Your instructions: Could you tally the lines in the listing below that include the word "BuildPart"? Respond with the total alone.

Dataset entries:
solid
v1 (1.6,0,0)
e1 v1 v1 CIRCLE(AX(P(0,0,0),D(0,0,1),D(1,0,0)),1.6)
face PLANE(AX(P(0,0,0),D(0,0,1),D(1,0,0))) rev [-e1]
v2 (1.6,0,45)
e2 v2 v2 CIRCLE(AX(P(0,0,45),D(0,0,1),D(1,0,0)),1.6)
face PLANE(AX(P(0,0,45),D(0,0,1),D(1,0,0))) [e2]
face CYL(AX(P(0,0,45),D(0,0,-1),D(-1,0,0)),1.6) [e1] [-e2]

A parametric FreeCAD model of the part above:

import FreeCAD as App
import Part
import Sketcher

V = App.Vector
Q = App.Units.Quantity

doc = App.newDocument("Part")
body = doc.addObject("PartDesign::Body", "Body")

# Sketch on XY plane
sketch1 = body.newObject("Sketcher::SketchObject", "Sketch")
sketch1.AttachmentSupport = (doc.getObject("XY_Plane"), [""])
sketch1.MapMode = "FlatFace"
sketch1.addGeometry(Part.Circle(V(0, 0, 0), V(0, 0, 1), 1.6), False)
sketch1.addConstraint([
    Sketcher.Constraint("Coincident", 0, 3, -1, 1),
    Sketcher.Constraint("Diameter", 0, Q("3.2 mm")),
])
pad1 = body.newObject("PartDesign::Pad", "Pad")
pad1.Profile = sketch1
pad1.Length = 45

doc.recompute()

--

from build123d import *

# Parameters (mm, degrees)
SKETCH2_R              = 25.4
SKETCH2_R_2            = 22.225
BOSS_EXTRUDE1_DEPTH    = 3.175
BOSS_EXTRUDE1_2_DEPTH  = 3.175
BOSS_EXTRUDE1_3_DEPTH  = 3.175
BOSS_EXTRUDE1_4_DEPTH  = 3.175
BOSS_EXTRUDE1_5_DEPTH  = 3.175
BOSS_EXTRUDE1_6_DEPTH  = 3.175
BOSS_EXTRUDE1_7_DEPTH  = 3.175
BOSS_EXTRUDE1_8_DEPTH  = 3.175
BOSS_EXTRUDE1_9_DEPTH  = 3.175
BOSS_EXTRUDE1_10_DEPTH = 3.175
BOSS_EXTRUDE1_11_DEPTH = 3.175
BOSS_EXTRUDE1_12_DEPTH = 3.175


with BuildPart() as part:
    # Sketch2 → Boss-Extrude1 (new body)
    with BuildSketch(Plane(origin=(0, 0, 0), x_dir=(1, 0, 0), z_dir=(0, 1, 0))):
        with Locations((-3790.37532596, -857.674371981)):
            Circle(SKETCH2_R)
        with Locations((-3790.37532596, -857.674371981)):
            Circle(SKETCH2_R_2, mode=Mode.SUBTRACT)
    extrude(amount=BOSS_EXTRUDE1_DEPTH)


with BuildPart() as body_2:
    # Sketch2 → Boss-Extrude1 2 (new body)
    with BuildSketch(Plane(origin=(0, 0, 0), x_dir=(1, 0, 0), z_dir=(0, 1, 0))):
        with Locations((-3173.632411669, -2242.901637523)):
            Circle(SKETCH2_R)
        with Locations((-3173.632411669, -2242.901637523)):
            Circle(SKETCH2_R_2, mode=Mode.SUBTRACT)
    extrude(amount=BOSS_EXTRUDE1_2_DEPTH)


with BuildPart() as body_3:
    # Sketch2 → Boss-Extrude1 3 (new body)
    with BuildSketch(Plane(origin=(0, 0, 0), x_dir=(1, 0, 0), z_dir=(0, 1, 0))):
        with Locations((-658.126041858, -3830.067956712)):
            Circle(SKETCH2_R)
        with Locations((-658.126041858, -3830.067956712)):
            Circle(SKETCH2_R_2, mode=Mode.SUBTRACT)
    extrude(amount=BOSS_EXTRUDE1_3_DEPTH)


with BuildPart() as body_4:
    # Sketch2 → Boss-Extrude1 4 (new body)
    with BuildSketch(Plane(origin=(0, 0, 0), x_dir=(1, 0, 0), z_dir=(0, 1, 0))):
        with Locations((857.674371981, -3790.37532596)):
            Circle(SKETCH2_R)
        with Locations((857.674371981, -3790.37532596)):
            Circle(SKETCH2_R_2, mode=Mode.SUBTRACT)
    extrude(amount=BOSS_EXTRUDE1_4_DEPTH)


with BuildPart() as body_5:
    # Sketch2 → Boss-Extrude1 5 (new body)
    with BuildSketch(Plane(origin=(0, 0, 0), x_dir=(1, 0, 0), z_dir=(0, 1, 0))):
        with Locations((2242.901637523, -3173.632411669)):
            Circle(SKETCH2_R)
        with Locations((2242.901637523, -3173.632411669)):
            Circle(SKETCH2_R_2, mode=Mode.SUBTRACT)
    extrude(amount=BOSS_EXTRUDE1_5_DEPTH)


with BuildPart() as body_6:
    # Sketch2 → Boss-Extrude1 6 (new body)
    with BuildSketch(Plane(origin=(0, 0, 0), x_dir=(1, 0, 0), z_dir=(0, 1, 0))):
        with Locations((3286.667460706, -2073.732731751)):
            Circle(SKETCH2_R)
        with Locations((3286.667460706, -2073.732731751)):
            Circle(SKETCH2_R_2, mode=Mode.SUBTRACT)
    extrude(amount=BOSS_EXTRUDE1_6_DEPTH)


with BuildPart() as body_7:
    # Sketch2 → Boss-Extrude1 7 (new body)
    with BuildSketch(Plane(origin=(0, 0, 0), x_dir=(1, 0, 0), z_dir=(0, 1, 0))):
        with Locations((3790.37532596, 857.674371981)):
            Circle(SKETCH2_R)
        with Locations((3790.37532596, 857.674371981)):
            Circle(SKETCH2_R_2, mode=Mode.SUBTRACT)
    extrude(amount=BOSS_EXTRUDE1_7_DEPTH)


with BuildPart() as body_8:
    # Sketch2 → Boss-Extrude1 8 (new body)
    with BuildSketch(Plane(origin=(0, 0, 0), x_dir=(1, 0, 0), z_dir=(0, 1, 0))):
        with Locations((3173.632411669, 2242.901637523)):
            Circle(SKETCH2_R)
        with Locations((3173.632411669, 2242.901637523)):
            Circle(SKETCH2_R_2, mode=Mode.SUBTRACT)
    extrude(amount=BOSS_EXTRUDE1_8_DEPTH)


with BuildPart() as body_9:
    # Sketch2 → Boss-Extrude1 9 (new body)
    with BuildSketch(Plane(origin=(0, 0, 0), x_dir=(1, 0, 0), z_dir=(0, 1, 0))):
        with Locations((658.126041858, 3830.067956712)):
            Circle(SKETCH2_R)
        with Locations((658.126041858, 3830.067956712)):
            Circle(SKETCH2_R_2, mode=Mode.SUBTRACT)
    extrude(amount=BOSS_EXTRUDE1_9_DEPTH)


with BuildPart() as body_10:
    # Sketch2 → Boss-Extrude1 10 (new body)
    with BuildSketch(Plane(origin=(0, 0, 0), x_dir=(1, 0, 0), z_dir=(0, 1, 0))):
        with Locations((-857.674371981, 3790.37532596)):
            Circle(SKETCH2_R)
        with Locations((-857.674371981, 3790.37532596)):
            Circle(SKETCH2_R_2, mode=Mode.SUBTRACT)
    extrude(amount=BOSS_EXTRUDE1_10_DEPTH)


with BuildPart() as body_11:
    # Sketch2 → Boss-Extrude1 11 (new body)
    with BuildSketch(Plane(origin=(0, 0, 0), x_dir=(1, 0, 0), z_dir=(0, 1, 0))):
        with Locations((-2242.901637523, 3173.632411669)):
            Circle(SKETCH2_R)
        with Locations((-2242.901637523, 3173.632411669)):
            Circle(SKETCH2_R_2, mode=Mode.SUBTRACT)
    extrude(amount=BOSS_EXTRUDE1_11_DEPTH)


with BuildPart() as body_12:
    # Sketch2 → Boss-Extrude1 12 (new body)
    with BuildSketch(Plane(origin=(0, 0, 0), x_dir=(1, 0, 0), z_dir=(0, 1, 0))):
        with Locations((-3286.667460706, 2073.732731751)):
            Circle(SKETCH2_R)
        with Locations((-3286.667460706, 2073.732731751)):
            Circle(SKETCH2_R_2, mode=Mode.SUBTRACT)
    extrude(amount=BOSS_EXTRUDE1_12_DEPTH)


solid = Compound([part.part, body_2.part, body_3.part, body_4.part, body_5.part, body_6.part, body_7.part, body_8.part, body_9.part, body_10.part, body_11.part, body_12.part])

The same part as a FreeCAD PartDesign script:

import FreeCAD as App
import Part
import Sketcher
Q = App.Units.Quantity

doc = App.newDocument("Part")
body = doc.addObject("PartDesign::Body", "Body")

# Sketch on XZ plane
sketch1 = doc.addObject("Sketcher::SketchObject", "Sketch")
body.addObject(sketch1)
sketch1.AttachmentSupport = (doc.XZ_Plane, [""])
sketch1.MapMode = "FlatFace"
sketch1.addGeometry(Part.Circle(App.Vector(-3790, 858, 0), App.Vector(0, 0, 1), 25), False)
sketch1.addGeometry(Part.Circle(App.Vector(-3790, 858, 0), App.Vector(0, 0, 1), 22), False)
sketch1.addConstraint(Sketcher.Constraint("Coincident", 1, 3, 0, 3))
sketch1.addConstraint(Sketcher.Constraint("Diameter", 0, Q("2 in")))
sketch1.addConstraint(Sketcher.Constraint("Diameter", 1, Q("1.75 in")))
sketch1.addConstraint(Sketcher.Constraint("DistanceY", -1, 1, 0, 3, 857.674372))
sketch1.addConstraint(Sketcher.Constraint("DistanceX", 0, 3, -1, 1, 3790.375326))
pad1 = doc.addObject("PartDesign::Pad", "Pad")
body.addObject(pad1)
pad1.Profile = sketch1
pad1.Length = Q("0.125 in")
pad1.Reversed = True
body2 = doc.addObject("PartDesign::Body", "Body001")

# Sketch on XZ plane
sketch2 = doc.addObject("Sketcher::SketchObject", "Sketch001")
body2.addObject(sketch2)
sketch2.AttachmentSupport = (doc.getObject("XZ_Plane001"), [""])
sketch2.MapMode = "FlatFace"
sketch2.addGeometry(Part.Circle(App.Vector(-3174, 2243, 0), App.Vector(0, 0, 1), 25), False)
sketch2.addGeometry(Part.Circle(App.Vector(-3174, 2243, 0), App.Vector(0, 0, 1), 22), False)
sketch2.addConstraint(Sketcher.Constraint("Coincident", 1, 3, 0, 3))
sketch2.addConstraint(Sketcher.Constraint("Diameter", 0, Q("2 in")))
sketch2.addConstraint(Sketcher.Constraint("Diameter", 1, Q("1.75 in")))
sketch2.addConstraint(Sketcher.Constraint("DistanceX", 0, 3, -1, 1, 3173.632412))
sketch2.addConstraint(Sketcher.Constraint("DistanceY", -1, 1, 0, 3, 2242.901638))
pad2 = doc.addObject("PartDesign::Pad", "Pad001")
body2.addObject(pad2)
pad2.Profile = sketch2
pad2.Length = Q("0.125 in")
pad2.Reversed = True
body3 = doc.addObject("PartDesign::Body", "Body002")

Solution: 12